The Ethnonym “Ukrainian” is Allegedly Sounding Like a Slur to Polish People

I have a working knowledge of Polish, and can understand it, especially in written form. But any intricacies of the language are foreign to me.

I don’t know how genuine problem this is but the ethnonym “Ukrainian” has entered circulation rather recently, and it comes from Polish. The first to speak of Ukrainian nation (украинская народность) was the historian Nikolai Kostomarov in an essay titled “Two Russian nationalities.” Where he said there are two branches of Russians, Greater Russians and Ukrainians. This however cannot be considered the first use of the ethnonym Украинец.

The latter was adopted by some circles by the end of the nineteenth century but remained widespread among political activists and intellectuals only. By the outbreak of the First World War and especially towards its end, this identification got more currency. (See my posts here and here and here). I recall Oles’ Buzyna saying that the ethnonym “Ukrainian” was first officially used in the Austro-Hungarian military in 1916, on the orders of Emperor Karl I.

Otherwise it took root in 1920s during Soviet Korenizatsiya…

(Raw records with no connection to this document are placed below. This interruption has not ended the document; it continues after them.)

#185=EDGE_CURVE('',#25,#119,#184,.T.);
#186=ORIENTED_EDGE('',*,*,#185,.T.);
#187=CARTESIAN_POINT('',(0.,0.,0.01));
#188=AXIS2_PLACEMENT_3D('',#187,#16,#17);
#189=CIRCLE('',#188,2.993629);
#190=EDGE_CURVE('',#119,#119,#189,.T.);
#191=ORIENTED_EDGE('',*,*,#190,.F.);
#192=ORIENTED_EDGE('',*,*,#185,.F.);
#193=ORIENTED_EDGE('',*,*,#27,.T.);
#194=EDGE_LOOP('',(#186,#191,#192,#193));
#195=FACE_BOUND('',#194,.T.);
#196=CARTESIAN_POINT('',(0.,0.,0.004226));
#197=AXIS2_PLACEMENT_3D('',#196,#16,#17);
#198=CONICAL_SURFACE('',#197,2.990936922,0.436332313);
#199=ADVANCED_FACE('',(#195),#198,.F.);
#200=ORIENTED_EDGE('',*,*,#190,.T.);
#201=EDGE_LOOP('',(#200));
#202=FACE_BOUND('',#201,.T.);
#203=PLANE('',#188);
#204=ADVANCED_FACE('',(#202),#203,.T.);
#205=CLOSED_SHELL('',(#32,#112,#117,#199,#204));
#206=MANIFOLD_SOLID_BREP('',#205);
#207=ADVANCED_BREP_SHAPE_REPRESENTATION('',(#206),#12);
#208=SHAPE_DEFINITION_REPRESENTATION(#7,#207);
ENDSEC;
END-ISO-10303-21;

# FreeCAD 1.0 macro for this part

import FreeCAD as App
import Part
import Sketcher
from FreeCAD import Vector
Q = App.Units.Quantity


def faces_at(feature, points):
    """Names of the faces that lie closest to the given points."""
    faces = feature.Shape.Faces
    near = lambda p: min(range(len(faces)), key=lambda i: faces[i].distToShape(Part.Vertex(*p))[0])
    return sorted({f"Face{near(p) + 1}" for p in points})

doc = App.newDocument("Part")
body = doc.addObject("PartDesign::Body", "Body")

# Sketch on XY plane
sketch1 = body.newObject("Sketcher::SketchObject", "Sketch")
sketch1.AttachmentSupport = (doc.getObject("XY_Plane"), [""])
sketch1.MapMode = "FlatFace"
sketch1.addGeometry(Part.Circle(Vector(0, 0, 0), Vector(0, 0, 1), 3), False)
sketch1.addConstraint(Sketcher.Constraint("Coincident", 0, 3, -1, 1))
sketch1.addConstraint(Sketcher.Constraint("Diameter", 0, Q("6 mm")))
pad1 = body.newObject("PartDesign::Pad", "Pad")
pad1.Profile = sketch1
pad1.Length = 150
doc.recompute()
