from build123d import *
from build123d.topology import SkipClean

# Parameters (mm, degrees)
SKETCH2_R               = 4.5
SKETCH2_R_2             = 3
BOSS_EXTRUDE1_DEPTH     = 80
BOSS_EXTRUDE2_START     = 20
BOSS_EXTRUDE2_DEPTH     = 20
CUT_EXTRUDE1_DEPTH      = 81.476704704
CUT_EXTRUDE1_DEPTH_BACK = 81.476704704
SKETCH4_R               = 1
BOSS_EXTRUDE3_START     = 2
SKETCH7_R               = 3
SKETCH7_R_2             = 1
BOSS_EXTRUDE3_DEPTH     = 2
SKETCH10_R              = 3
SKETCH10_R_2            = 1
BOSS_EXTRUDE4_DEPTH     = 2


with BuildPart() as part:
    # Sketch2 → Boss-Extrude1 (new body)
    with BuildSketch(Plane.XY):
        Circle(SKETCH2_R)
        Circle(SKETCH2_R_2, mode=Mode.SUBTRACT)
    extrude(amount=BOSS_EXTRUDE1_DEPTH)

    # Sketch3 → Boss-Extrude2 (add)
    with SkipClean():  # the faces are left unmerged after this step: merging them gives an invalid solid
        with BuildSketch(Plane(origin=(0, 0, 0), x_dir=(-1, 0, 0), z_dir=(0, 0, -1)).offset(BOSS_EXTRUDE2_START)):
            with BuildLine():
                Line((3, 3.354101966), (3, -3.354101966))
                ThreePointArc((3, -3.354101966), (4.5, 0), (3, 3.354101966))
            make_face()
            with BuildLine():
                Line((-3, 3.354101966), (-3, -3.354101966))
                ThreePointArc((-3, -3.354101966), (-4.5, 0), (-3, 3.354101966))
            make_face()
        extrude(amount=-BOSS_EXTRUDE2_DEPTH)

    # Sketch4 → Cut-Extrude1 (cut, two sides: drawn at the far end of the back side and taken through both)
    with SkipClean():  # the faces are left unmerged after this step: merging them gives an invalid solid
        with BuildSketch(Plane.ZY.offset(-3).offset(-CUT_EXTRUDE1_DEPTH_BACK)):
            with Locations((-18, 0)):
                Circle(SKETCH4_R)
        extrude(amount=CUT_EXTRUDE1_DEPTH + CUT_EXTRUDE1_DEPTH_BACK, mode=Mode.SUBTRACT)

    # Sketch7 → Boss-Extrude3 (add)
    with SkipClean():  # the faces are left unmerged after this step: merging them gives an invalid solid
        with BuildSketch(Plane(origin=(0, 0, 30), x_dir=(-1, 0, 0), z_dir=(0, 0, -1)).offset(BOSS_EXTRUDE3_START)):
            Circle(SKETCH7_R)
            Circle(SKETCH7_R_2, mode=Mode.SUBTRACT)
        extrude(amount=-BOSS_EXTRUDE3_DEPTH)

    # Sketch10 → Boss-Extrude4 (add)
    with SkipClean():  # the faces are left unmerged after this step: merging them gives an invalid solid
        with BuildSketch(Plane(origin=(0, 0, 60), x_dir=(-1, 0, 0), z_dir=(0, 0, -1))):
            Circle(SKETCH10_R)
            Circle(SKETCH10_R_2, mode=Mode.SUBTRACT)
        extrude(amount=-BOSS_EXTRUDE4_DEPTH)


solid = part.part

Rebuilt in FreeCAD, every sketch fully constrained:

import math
import FreeCAD as App
import Part
import Sketcher
Q = App.Units.Quantity

doc = App.newDocument("Part")
body = doc.addObject("PartDesign::Body", "Body")

# Sketch on XY plane
sketch1 = doc.addObject("Sketcher::SketchObject", "Sketch")
body.addObject(sketch1)
sketch1.AttachmentSupport = (doc.XY_Plane, [""])
sketch1.MapMode = "FlatFace"
sketch1.addGeometry([
    Part.Circle(App.Vector(0, 0, 0), App.Vector(0, 0, 1), 4.5),
    Part.Circle(App.Vector(0, 0, 0), App.Vector(0, 0, 1), 3),
], False)
sketch1.addConstraint([
    Sketcher.Constraint("Coincident", 0, 3, -1, 1),
    Sketcher.Constraint("Coincident", 1, 3, -1, 1),
    Sketcher.Constraint("Diameter", 0, Q("9 mm")),
    Sketcher.Constraint("Diameter", 1, Q("6 mm")),
])
pad1 = doc.addObject("PartDesign::Pad", "Pad")
body.addObject(pad1)
pad1.Profile = sketch1
pad1.Length = 80

# Sketch on XY plane
sketch2 = doc.addObject("Sketcher::SketchObject", "Sketch001")
body.addObject(sketch2)
sketch2.AttachmentSupport = (doc.XY_Plane, [""])
sketch2.MapMode = "FlatFace"
sketch2.AttachmentOffset = App.Placement(App.Vector(0, 0, -20), App.Rotation())
sketch2.addGeometry([
    Part.LineSegment(App.Vector(-3, 3.354102, 0), App.Vector(-3, -3.354102, 0)),
    Part.ArcOfCircle(Part.Circle(App.Vector(0, 0, 0), App.Vector(0, 0, 1), 4.5), math.radians(131.810315), math.radians(228.189685)),
    Part.LineSegment(App.Vector(3, -3.354102, 0), App.Vector(3, 3.354102, 0)),
    Part.ArcOfCircle(Part.Circle(App.Vector(0, 0, 0), App.Vector(0, 0, 1), 4.5), math.radians(-48.189685), math.radians(48.189685)),
], False)
sketch2.addConstraint([
    Sketcher.Constraint("Coincident", 0, 1, 1, 1),
    Sketcher.Constraint("Coincident", 1, 2, 0, 2),
    Sketcher.Constraint("Coincident", 2, 1, 3, 1),
    Sketcher.Constraint("Coincident", 3, 2, 2, 2),
    Sketcher.Constraint("Vertical", 0),
    Sketcher.Constraint("Vertical", 2),
    Sketcher.Constraint("Coincident", 1, 3, -1, 1),
    Sketcher.Constraint("Coincident", 3, 3, -1, 1),
    Sketcher.Constraint("Equal", 1, 3),
    Sketcher.Constraint("Horizontal", 1, 2, 2, 1),
    Sketcher.Constraint("Radius", 1, Q("4.5 mm")),
    Sketcher.Constraint("DistanceX", 0, 1, -1, 1, Q("3 mm")),
])
pad2 = doc.addObject("PartDesign::Pad", "Pad001")
body.addObject(pad2)
pad2.Profile = sketch2
pad2.Length = 20

# Sketch on YZ plane
sketch3 = doc.addObject("Sketcher::SketchObject", "Sketch002")
body.addObject(sketch3)
sketch3.AttachmentSupport = (doc.YZ_Plane, [""])
sketch3.MapMode = "FlatFace"
sketch3.AttachmentOffset = App.Placement(App.Vector(0, 0, 3), App.Rotation())
sketch3.addGeometry(Part.Circle(App.Vector(0, -18, 0), App.Vector(0, 0, 1), 1), False)
sketch3.addConstraint([
    Sketcher.Constraint("PointOnObject", 0, 3, -2),
    Sketcher.Constraint("Diameter", 0, Q("2 mm")),
    Sketcher.Constraint("DistanceY", 0, 3, -1, 1, Q("18 mm")),
])
pocket1 = doc.addObject("PartDesign::Pocket", "Pocket")
body.addObject(pocket1)
pocket1.Profile = sketch3
pocket1.Type = "ThroughAll"
pocket1.Midplane = True

# Sketch on XY plane
sketch4 = doc.addObject("Sketcher::SketchObject", "Sketch003")
body.addObject(sketch4)
sketch4.AttachmentSupport = (doc.XY_Plane, [""])
sketch4.MapMode = "FlatFace"
sketch4.AttachmentOffset = App.Placement(App.Vector(0, 0, 28), App.Rotation())
sketch4.addGeometry([
    Part.Circle(App.Vector(0, 0, 0), App.Vector(0, 0, 1), 3),
    Part.Circle(App.Vector(0, 0, 0), App.Vector(0, 0, 1), 1),
], False)
sketch4.addConstraint([
    Sketcher.Constraint("Coincident", 0, 3, -1, 1),
    Sketcher.Constraint("Coincident", 1, 3, -1, 1),
    Sketcher.Constraint("Diameter", 0, Q("6 mm")),
    Sketcher.Constraint("Diameter", 1, Q("2 mm")),
])
pad3 = doc.addObject("PartDesign::Pad", "Pad002")
body.addObject(pad3)
pad3.Profile = sketch4
pad3.Length = 2

# Sketch on XY plane
sketch5 = doc.addObject("Sketcher::SketchObject", "Sketch004")
body.addObject(sketch5)
sketch5.AttachmentSupport = (doc.XY_Plane, [""])
sketch5.MapMode = "FlatFace"
sketch5.AttachmentOffset = App.Placement(App.Vector(0, 0, 60), App.Rotation())
sketch5.addGeometry([
    Part.Circle(App.Vector(0, 0, 0), App.Vector(0, 0, 1), 3),
    Part.Circle(App.Vector(0, 0, 0), App.Vector(0, 0, 1), 1),
], False)
sketch5.addConstraint([
    Sketcher.Constraint("Coincident", 0, 3, -1, 1),
    Sketcher.Constraint("Coincident", 1, 3, -1, 1),
    Sketcher.Constraint("Diameter", 0, Q("6 mm")),
    Sketcher.Constraint("Diameter", 1, Q("2 mm")),
])
pad4 = doc.addObject("PartDesign::Pad", "Pad003")
body.addObject(pad4)
pad4.Profile = sketch5
pad4.Length = 2

doc.recompute()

2 thoughts on “The Ethnonym “Ukrainian” is Allegedly Sounding Like a Slur to Polish People

    1. The Ukrainian nationalism always changes a patron. But almost ubiquitously, Ukrainian nationalism cannot exist without this patronage. Time and time again it is picked up by various non Ukrainian forces that aim to use it for their own ends. Ukrainian nationalism began with Polish and polonized gentry in the right bank Ukraine, then migrated into the Habsburg lands, then Soviets instituted Korenizataiya for some BS ideological reason, and the West Ukrainians were picked up by the German secret service, the latter migrated from there to the Anglo-saxons.